The picture is nuanced: people can have the same physical and mental health conditions and their quality of life can vary. The implication is that we can improve the quality of life for those with long term illnesses, chronic conditions, disability and at the end of life.

We can use subjective wellbeing as a common currency across departmental priorities to understand and value the impact each sector and department has. The Levelling Up White paper introduced a broader definition of Human Capital that expanded it beyond the value of the qualifications people have to include health too. The HMT Green Book supplementary guidance on wellbeing, used in the White Paper, provides a more consistent way of using this across departments and valuing it.

By making overall happiness the goal and shifting from “wealth creation” to “wellbeing creation”, distinctions between sectors of government become fairly arbitrary, and cross-sector prioritisation is important for making the best use of resources.
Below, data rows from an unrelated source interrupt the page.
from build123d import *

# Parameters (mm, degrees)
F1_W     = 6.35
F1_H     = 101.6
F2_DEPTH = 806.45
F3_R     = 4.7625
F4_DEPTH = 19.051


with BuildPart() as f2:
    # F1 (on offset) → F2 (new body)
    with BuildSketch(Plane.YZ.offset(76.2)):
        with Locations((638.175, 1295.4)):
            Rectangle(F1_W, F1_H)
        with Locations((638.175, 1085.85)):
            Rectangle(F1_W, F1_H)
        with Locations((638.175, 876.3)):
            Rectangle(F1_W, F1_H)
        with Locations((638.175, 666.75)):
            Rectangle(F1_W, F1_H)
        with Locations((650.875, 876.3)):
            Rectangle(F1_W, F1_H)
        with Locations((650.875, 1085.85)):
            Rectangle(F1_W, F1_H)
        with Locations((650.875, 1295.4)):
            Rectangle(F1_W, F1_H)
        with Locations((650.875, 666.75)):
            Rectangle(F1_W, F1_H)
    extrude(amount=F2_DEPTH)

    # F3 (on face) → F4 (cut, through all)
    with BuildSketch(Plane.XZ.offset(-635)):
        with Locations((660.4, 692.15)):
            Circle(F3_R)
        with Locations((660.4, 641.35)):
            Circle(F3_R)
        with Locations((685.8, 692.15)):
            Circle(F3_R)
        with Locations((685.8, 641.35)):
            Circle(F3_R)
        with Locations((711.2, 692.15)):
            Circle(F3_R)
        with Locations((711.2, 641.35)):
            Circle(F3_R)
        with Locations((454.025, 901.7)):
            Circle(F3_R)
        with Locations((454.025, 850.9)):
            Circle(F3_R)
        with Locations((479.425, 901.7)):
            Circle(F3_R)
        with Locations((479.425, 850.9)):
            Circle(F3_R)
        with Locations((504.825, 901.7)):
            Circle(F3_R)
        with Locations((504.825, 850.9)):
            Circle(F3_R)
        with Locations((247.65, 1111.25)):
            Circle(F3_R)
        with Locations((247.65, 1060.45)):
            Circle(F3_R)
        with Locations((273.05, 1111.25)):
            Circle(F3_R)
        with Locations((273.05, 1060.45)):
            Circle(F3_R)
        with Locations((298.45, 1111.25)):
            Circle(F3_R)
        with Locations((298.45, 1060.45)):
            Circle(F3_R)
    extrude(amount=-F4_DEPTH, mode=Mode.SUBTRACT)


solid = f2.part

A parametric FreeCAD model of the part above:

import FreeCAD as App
import Part
import Sketcher
from FreeCAD import Vector
Q = App.Units.Quantity

doc = App.newDocument("Part")
body = doc.addObject("PartDesign::Body", "Body")
body.AllowCompound = True

# Sketch on YZ plane
sketch1 = body.newObject("Sketcher::SketchObject", "Sketch")
sketch1.AttachmentSupport = (doc.getObject("YZ_Plane"), [""])
sketch1.MapMode = "FlatFace"
sketch1.AttachmentOffset = App.Placement(Vector(0, 0, 3 * 25.4), App.Rotation())
sketch1.addGeometry([
    Part.LineSegment(Vector(635, 1346.2, 0), Vector(635, 1244.6, 0)),  # 0
    Part.LineSegment(Vector(635, 1244.6, 0), Vector(641.35, 1244.6, 0)),  # 1
    Part.LineSegment(Vector(641.35, 1244.6, 0), Vector(641.35, 1346.2, 0)),  # 2
    Part.LineSegment(Vector(641.35, 1346.2, 0), Vector(635, 1346.2, 0)),  # 3
    Part.LineSegment(Vector(635, 1136.65, 0), Vector(635, 1035.05, 0)),  # 4
    Part.LineSegment(Vector(635, 1035.05, 0), Vector(641.35, 1035.05, 0)),  # 5
    Part.LineSegment(Vector(641.35, 1035.05, 0), Vector(641.35, 1136.65, 0)),  # 6
    Part.LineSegment(Vector(641.35, 1136.65, 0), Vector(635, 1136.65, 0)),  # 7
    Part.LineSegment(Vector(635, 927.1, 0), Vector(635, 825.5, 0)),  # 8
    Part.LineSegment(Vector(635, 825.5, 0), Vector(641.35, 825.5, 0)),  # 9
    Part.LineSegment(Vector(641.35, 825.5, 0), Vector(641.35, 927.1, 0)),  # 10
    Part.LineSegment(Vector(641.35, 927.1, 0), Vector(635, 927.1, 0)),  # 11
    Part.LineSegment(Vector(635, 717.55, 0), Vector(635, 615.95, 0)),  # 12
    Part.LineSegment(Vector(635, 615.95, 0), Vector(641.35, 615.95, 0)),  # 13
    Part.LineSegment(Vector(641.35, 615.95, 0), Vector(641.35, 717.55, 0)),  # 14
    Part.LineSegment(Vector(641.35, 717.55, 0), Vector(635, 717.55, 0)),  # 15
    Part.LineSegment(Vector(647.7, 927.1, 0), Vector(647.7, 825.5, 0)),  # 16
    Part.LineSegment(Vector(647.7, 825.5, 0), Vector(654.05, 825.5, 0)),  # 17
    Part.LineSegment(Vector(654.05, 825.5, 0), Vector(654.05, 927.1, 0)),  # 18
    Part.LineSegment(Vector(654.05, 927.1, 0), Vector(647.7, 927.1, 0)),  # 19
    Part.LineSegment(Vector(647.7, 1136.65, 0), Vector(647.7, 1035.05, 0)),  # 20
    Part.LineSegment(Vector(647.7, 1035.05, 0), Vector(654.05, 1035.05, 0)),  # 21
    Part.LineSegment(Vector(654.05, 1035.05, 0), Vector(654.05, 1136.65, 0)),  # 22
    Part.LineSegment(Vector(654.05, 1136.65, 0), Vector(647.7, 1136.65, 0)),  # 23
    Part.LineSegment(Vector(647.7, 1346.2, 0), Vector(647.7, 1244.6, 0)),  # 24
    Part.LineSegment(Vector(647.7, 1244.6, 0), Vector(654.05, 1244.6, 0)),  # 25
    Part.LineSegment(Vector(654.05, 1244.6, 0), Vector(654.05, 1346.2, 0)),  # 26
    Part.LineSegment(Vector(654.05, 1346.2, 0), Vector(647.7, 1346.2, 0)),  # 27
    Part.LineSegment(Vector(647.7, 717.55, 0), Vector(647.7, 615.95, 0)),  # 28
    Part.LineSegment(Vector(647.7, 615.95, 0), Vector(654.05, 615.95, 0)),  # 29
    Part.LineSegment(Vector(654.05, 615.95, 0), Vector(654.05, 717.55, 0)),  # 30
    Part.LineSegment(Vector(654.05, 717.55, 0), Vector(647.7, 717.55, 0)),  # 31
], False)
sketch1.addConstraint([
    Sketcher.Constraint("Coincident", 0, 2, 1, 1),
    Sketcher.Constraint("Coincident", 1, 2, 2, 1),
    Sketcher.Constraint("Coincident", 2, 2, 3, 1),
    Sketcher.Constraint("Coincident", 3, 2, 0, 1),
    Sketcher.Constraint("Coincident", 4, 2, 5, 1),
    Sketcher.Constraint("Coincident", 5, 2, 6, 1),
    Sketcher.Constraint("Coincident", 6, 2, 7, 1),
    Sketcher.Constraint("Coincident", 7, 2, 4, 1),
    Sketcher.Constraint("Coincident", 8, 2, 9, 1),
Health creation, promotion and prevention is at the core of a wellbeing approach. If we want to reduce misery and improve wellbeing, an area for policy, delivery and research prioritisation is mental health. This requires accelerated scaling up of effective interventions and significant investment in research. We are already seeing evidence-informed systematic change, for example the inclusion of wellbeing as a topic in the ‘Mental Health & Wellbeing JSNA’ OHID public health profile. This shift in focus does not negate physical health, which remains important.

Change is now possible; we can create a future we want and make progress.

About the report

Published in July 2023, A Covenant for Health: Policies and partnerships to improve our national health in 5 to 10 years proposes a cross-party government commitment to building a healthier nation over a generation, bringing together business, the NHS, communities and individuals.
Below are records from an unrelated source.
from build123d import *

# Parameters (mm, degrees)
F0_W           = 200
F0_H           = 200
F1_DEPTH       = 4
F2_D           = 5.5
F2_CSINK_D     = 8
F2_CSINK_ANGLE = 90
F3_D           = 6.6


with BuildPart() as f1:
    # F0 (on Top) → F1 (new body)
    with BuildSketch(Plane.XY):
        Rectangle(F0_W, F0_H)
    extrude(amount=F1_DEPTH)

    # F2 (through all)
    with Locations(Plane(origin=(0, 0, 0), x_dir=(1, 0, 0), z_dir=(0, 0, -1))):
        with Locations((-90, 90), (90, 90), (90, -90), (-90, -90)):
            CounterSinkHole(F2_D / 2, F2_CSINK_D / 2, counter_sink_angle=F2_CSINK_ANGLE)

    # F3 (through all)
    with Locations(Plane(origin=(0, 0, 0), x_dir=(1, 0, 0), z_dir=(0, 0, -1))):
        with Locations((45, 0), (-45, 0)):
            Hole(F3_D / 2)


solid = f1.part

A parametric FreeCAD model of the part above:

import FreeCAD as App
import Part
import Sketcher
from FreeCAD import Vector
Q = App.Units.Quantity


def add_polygon(sketch, points):
    """Adds a closed chain of lines whose ends are joined by coincident constraints."""
    first, n = sketch.GeometryCount, len(points)
    for a, b in zip(points, points[1:] + points[:1]):
        sketch.addGeometry(Part.LineSegment(App.Vector(*a, 0), App.Vector(*b, 0)), False)
    for i in range(n):
        sketch.addConstraint(Sketcher.Constraint("Coincident", first + i, 2, first + (i + 1) % n, 1))

doc = App.newDocument("Part")
body = doc.addObject("PartDesign::Body", "Body")

# Sketch on XY plane
sketch1 = body.newObject("Sketcher::SketchObject", "Sketch")
sketch1.AttachmentSupport = (doc.getObject("XY_Plane"), [""])
sketch1.MapMode = "FlatFace"
add_polygon(sketch1, [(-100, 100), (-100, -100), (100, -100), (100, 100)])  # lines 0-3
sketch1.addConstraint([
    Sketcher.Constraint("Vertical", 0),
    Sketcher.Constraint("Horizontal", 1),
    Sketcher.Constraint("Vertical", 2),
    Sketcher.Constraint("Horizontal", 3),
    Sketcher.Constraint("Symmetric", 0, 2, 2, 2, -1, 1),
    Sketcher.Constraint("Equal", 3, 0),
    Sketcher.Constraint("DistanceX", 1, 1, 1, 2, Q("200 mm")),
])
pad1 = body.newObject("PartDesign::Pad", "Pad")
pad1.Profile = sketch1
pad1.Length = 4

# Sketch on XY plane
sketch2 = body.newObject("Sketcher::SketchObject", "Sketch001")
sketch2.AttachmentSupport = (doc.getObject("XY_Plane"), [""])
sketch2.MapMode = "FlatFace"
sketch2.addGeometry([
    Part.Circle(Vector(-90, -90, 0), Vector(0, 0, 1), 2.75),
    Part.Circle(Vector(90, -90, 0), Vector(0, 0, 1), 2.75),
    Part.Circle(Vector(90, 90, 0), Vector(0, 0, 1), 2.75),
    Part.Circle(Vector(-90, 90, 0), Vector(0, 0, 1), 2.75),
], False)
sketch2.addConstraint([
    Sketcher.Constraint("Equal", 0, 1),
    Sketcher.Constraint("Equal", 1, 2),
    Sketcher.Constraint("Equal", 2, 3),
    Sketcher.Constraint("Symmetric", 0, 3, 2, 3, -1, 1),
    Sketcher.Constraint("Symmetric", 1, 3, 3, 3, -1, 1),
    Sketcher.Constraint("Symmetric", 0, 3, 1, 3, -2),
    Sketcher.Constraint("Diameter", 0, Q("5.5 mm")),
    Sketcher.Constraint("DistanceX", 0, 3, -1, 1, Q("90 mm")),
    Sketcher.Constraint("DistanceY", 0, 3, -1, 1, Q("90 mm")),
])
doc.recompute()
hole = body.newObject("PartDesign::Hole", "Hole")
hole.Profile = sketch2
hole.ThreadType = "None"
hole.Diameter = 5.5
hole.DepthType = "ThroughAll"
hole.HoleCutType = "Countersink"
hole.HoleCutDiameter = 8
hole.HoleCutCountersinkAngle = 90
hole.Reversed = True

# Sketch on XY plane
sketch3 = body.newObject("Sketcher::SketchObject", "Sketch002")
sketch3.AttachmentSupport = (doc.getObject("XY_Plane"), [""])
sketch3.MapMode = "FlatFace"
sketch3.addGeometry([
    Part.Circle(Vector(45, 0, 0), Vector(0, 0, 1), 3.3),
    Part.Circle(Vector(-45, 0, 0), Vector(0, 0, 1), 3.3),
], False)
sketch3.addConstraint([
    Sketcher.Constraint("Equal", 0, 1),
    Sketcher.Constraint("Symmetric", 0, 3, 1, 3, -1, 1),
    Sketcher.Constraint("PointOnObject", 0, 3, -1),
    Sketcher.Constraint("Diameter", 0, Q("6.6 mm")),
    Sketcher.Constraint("DistanceX", -1, 1, 0, 3, Q("45 mm")),
])
doc.recompute()
hole2 = body.newObject("PartDesign::Hole", "Hole001")
hole2.Profile = sketch3
hole2.ThreadType = "None"
hole2.Diameter = 6.6
hole2.DepthType = "ThroughAll"
hole2.Reversed = True

doc.recompute()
The report was led by Geoffrey, Lord Filkin CBE with Professor Kate Ardern; James, Lord Bethell; David Buck, The King’s Fund; Dr Paul Corrigan CBE, former Health Adviser, No 10; Professor Sian Griffiths CBE; and Professor David Halpern CBE, Behavioural Insights Team, with project support from The King’s Fund.

What’s next?

“The health of the nation is critical for the health of our economy, our public services and, above all, the wellbeing and life chances of all our citizens.”

This week, the Department of Health and Social Care (DHSC) published a new interim report on a Major conditions strategy, setting out a framework for change to improve outcomes and transform lives. The strategy identifies six categories of major health conditions where focus should be targeted: cancer, heart disease, musculoskeletal disorders, mental ill-health, dementia and respiratory diseases.  

It considers overall health, prevention, early diagnosis and treatment, and living with these conditions. Improving wellbeing is weaved throughout as an aim and desirable outcome. It recognises the value of health for overall wellbeing, and the resilience and sustainability of the nation. The strategy is also concerned with palliative and end of life care. One way in which we are already supporting work in this area is by building the collective knowledge of wellbeing at the end of life, including living with terminal illness, and work and terminal illness.

The strategy also marks progress towards greater parity between the consideration and treatment of mental and physical health. Tackling the mental health of those with physical health conditions, and vice versa. 

The DHSC strategy follows The Hewitt Review, reiterating the importance of Integrated Care Systems (ICS) as an opportunity to “make meaningful long-term improvements to populations’ health and wellbeing”. Specifically, the new strategy includes a commitment to an “impact assessment tool to support policymakers to consider the mental health and wellbeing impact of all policies.” The effectiveness of impact assessment tools in policymaking is currently unclear. For more evidence based approaches, see our project on the use of wellbeing in place based approaches and policy tools that support the HMT Green Book Wellbeing Supplementary Guidance.